# Metal vs Plastic Wheels on Rolling Stock Left Outside?



## Jerry McColgan (Feb 8, 2008)

I am in the process of converting a portable layout into a permanent layout and I am considering leaving some rolling stock outside all of the time to give a sort of realism to the layout.

http://www.mylargescale.com/tabid/56/forumid/9/view/topic/postid/91058/afsort/ASC/Default.aspx

The cars I am considering leaving outside are Bachmann cars that were purchased used at a recent train show for about $20 - $25 each. These are not cars that are of particular importance to me and I am aware that the paint will probably fade in the sunlight. Because of their low cost and value I am not willing to buy stainless steel wheels for them so I have narrowed the choice to either using Bachmann metal wheels or LGB plastic wheels.

In the past I have always replaced plastic wheels with metal wheels but considering that these cars will probably get relatively little use I am wondering if the lack of potential rust with plastic wheels might be better than metal wheels for this application.
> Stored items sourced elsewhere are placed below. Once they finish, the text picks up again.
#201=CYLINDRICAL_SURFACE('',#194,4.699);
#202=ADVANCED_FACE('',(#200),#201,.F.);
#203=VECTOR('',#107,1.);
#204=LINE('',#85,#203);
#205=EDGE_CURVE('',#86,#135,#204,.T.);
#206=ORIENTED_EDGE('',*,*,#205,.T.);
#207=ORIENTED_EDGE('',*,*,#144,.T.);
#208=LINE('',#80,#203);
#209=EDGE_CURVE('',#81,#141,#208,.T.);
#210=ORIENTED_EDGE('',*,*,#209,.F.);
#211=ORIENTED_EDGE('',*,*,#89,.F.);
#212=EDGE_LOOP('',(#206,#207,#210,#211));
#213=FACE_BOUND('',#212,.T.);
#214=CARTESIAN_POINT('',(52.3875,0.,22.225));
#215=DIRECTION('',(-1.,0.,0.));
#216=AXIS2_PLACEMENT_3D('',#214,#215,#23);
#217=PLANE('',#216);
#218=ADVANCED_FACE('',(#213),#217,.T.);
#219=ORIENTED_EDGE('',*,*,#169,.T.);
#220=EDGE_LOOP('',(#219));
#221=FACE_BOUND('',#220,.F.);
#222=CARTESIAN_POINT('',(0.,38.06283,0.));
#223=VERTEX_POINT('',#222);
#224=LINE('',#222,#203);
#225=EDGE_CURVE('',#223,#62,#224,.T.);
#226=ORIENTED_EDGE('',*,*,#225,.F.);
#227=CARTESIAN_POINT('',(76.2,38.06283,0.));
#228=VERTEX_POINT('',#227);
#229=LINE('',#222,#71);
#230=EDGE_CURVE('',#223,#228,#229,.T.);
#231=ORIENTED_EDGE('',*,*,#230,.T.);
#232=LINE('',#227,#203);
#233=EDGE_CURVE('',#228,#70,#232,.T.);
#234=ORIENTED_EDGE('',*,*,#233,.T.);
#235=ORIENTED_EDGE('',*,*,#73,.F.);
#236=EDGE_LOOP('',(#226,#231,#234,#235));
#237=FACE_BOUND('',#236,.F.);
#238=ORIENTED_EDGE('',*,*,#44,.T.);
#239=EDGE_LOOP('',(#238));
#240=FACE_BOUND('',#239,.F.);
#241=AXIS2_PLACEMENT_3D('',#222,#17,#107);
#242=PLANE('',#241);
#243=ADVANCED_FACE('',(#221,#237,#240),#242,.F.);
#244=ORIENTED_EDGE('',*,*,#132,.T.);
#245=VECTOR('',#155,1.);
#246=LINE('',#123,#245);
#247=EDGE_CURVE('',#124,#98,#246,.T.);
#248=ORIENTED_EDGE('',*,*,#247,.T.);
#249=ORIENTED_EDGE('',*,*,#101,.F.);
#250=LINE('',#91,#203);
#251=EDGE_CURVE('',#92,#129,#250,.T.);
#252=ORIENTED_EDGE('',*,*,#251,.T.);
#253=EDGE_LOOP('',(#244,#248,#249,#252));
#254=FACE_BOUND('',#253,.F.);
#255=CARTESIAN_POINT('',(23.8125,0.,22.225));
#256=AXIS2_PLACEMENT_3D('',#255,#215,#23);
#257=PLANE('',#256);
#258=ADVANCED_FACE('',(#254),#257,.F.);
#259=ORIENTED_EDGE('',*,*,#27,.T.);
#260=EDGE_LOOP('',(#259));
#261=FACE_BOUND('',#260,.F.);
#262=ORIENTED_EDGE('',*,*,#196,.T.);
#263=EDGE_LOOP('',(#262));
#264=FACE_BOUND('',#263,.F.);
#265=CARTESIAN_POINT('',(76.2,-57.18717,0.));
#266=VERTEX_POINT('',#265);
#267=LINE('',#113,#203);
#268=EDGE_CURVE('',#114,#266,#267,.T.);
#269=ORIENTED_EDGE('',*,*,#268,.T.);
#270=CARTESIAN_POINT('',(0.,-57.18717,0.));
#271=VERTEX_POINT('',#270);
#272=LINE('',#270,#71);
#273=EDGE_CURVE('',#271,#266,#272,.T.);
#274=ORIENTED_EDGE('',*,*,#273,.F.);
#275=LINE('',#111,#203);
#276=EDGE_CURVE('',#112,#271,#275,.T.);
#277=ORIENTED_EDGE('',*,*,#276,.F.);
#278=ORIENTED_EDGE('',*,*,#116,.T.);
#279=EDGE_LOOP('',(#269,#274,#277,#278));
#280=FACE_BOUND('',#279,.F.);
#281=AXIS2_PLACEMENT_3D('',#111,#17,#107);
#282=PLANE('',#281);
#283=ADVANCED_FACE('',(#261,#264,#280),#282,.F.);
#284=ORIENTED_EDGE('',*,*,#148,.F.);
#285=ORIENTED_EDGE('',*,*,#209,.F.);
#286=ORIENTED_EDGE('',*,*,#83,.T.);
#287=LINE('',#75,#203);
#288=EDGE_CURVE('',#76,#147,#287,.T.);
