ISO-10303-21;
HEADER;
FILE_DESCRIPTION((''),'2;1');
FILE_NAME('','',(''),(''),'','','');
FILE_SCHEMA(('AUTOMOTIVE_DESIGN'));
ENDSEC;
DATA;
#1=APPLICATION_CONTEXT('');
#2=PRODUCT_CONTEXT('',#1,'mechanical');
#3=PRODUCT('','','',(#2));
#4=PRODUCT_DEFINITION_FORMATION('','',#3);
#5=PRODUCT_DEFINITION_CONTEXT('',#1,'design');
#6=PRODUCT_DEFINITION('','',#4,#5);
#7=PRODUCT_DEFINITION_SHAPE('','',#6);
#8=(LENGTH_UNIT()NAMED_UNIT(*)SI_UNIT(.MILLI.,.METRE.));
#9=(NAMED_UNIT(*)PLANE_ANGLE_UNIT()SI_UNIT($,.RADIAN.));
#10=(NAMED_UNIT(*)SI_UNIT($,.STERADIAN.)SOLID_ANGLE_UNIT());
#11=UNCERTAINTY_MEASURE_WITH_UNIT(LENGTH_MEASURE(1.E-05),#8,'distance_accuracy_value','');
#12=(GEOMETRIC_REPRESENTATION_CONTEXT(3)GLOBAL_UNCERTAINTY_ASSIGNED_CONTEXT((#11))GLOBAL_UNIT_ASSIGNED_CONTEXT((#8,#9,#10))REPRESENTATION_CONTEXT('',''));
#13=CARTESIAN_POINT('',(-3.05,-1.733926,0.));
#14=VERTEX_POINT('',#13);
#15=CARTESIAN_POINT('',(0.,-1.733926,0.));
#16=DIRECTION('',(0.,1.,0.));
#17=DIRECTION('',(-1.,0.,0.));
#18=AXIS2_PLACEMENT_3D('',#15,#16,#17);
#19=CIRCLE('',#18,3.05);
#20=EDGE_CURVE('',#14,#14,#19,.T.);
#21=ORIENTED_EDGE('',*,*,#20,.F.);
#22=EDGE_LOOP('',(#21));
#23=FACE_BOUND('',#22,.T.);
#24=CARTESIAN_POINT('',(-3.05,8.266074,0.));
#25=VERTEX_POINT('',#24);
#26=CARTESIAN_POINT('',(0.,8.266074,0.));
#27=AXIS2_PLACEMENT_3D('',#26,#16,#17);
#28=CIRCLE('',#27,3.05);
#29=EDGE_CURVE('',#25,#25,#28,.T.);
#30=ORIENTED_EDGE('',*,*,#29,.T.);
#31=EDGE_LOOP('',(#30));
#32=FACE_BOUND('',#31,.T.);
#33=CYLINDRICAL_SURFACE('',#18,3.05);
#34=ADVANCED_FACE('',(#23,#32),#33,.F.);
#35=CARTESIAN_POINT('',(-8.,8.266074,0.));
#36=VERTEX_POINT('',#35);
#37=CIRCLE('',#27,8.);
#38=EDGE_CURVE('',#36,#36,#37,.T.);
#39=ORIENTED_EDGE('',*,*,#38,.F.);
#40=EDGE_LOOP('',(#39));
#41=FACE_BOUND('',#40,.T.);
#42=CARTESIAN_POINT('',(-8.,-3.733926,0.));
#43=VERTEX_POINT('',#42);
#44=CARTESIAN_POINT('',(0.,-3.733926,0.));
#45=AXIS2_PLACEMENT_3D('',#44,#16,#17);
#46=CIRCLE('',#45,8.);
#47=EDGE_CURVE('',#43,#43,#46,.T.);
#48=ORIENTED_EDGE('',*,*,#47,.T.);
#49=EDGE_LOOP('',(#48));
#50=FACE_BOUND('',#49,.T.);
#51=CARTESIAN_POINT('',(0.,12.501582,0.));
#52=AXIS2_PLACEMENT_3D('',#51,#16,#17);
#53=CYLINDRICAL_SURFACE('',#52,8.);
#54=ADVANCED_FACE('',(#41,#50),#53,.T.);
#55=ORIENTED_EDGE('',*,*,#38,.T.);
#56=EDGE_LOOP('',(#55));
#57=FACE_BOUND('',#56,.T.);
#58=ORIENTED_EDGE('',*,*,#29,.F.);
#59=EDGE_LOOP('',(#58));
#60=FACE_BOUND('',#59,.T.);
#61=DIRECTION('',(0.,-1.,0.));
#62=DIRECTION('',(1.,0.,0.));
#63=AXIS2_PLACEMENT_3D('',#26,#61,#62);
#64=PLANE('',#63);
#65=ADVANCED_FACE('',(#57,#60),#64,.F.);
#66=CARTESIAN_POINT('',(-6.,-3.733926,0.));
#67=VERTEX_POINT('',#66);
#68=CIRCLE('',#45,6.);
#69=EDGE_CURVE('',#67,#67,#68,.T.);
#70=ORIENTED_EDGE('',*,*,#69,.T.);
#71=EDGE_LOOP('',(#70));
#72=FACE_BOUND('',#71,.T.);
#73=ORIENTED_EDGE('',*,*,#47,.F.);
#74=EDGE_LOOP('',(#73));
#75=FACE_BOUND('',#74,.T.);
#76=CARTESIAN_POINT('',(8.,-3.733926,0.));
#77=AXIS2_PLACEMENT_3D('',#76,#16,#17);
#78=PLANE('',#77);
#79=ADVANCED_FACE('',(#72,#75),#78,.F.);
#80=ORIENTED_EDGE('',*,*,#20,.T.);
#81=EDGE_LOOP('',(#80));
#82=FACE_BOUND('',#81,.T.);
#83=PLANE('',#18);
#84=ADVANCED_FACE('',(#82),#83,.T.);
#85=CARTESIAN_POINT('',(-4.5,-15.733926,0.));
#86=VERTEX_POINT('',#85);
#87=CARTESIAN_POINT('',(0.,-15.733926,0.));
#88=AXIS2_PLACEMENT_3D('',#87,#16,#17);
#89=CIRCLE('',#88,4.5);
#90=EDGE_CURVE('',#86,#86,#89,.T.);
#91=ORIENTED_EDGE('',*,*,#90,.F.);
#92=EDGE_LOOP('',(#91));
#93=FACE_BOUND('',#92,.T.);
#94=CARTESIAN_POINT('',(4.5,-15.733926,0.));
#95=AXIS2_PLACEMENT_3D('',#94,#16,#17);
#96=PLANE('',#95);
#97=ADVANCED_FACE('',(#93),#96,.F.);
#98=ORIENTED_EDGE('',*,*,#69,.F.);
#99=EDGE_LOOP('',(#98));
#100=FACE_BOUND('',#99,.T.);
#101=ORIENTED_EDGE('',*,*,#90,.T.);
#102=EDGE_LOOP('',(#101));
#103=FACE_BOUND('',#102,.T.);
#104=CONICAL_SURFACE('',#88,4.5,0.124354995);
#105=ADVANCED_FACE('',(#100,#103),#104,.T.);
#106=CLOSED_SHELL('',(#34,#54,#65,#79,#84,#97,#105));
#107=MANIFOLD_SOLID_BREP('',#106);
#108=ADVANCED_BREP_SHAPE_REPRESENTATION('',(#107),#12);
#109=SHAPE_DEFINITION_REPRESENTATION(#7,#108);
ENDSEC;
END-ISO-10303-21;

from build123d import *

# Parameters (mm, degrees)
CROQUIS2_R            = 3.05
CORTAR_EXTRUIR1_DEPTH = 10


with BuildPart() as part:
    # Croquis1 → Revolución1 (revolve)
    with BuildSketch(Plane.XY, mode=Mode.PRIVATE) as revoluci_n1_sk:
        Polygon((0, 8.266073618), (8, 8.266073618), (8, -3.733926382), (6, -3.733926382), (4.5, -15.733926382), (0, -15.733926382), align=None)
    revolve(revoluci_n1_sk.sketch.rotate(Axis((0, 12.501582414, 0), (0, -1, 0)), 180), axis=Axis((0, 12.501582414, 0), (0, -1, 0)))

    # Croquis2 → Cortar-Extruir1 (cut)
    with BuildSketch(Plane(origin=(0, 8.266073618, 0), x_dir=(1, 0, 0), z_dir=(0, 1, 0))):
        with Locations(Location((0, 0, 0), (0, 0, 180))):
            Circle(CROQUIS2_R)
    extrude(amount=-CORTAR_EXTRUIR1_DEPTH, mode=Mode.SUBTRACT)


solid = part.part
Then too I think I have seen where others have left cars with metal wheels outside year round with little visible damage from rust.

I would appreciate hearing what experiences (good and bad) others have had with metal and plastic wheels on rolling stock that has been left outdoors for a year or more.

Thanks,

Jerry


----------



## Dean Whipple (Jan 2, 2008)

I use metal Bachmann wheels and have a few cars I generally leave outside in a tunnel and although they get a little rust on them they still preform just fine and look like the rusty wheels on the prototype....


----------



## jebouck (Jan 2, 2008)

I leave a string of Bachmann cars outside year around. They were under three feet of snow this winter. When they emerged only one had a little damage. A little super glue and it's back in business.

They have Bachmann metal wheels. 

The only rust so far is on the KD "Air hose/ trip wires."


----------



## Dan Pierce (Jan 2, 2008)

Jerry, I ;eft some Bachman, USA, Aristo, LGB cars outdoors for 5 years now and they are in direct afternoon sunlight. 
LGB cars have very little fade. 
USA faded the most, Bachman cars did very well, but small detail plastic did not fare well on a Bachman 4-6-0, paint job is still very nice. 

So, leave the cars outside and see what happens. 

PS, these cars have the mfg original metal wheels, or the USA wheels. Only the axles show signs of rust.


----------



## Jerry McColgan (Feb 8, 2008)

Hi Guys,

That is exactly the sort of information I wanted/needed.

I will follow your advice and experiences and go ahead with the metal wheels.

Thanks,

Jerry


----------



## DennisB (Jan 2, 2008)

I had Bachmann wheels that I left outside and for some reason they became pitted and corroded. I could not clean them up they were so bad. This occurred in the first season. I suspect that there were corrosive elements in the ground that I was unaware of. Regards, Dennis.


----------



## Jerry McColgan (Feb 8, 2008)

Posted By DennisB on 03/31/2009 7:38 AM
I had Bachmann wheels that I left outside and for some reason they became pitted and corroded. I could not clean them up they were so bad. This occurred in the first season. I suspect that there were corrosive elements in the ground that I was unaware of. Regards, Dennis.


Hi Dennis,

At least in my case the track will be laid on outdoor carpeting so there should not be any ground contamination.

Thanks,

Jerry


----------



## Doug C (Jan 14, 2008)

To slow down the original paint from fading (and slow breakdown of the body material?), you may wish to give the cars a overspray of Krylon UV Protectorant (there are two variants of this) ! And then a overspray of weathered black to back off the unnatural shine. 

doug c


----------



## SE18 (Feb 21, 2008)

I left a Bachmann flatcar out for several years and the plastic color faded and the bolster screws and underbody detail screws rusted; the wheels appear fine


----------



## Jerry McColgan (Feb 8, 2008)

I appreciate everyone's comments. They told me what I needed to know.

Thanks,

Jerry


----------



## SE18 (Feb 21, 2008)

Posted By DennisB on 03/31/2009 7:38 AM
I had Bachmann wheels that I left outside and for some reason they became pitted and corroded. I could not clean them up they were so bad. This occurred in the first season. I suspect that there were corrosive elements in the ground that I was unaware of. Regards, Dennis.

I left mine on the brass code 332 rails; not on the ground. Plastic covers the axle so I don't know what shape that is in.


----------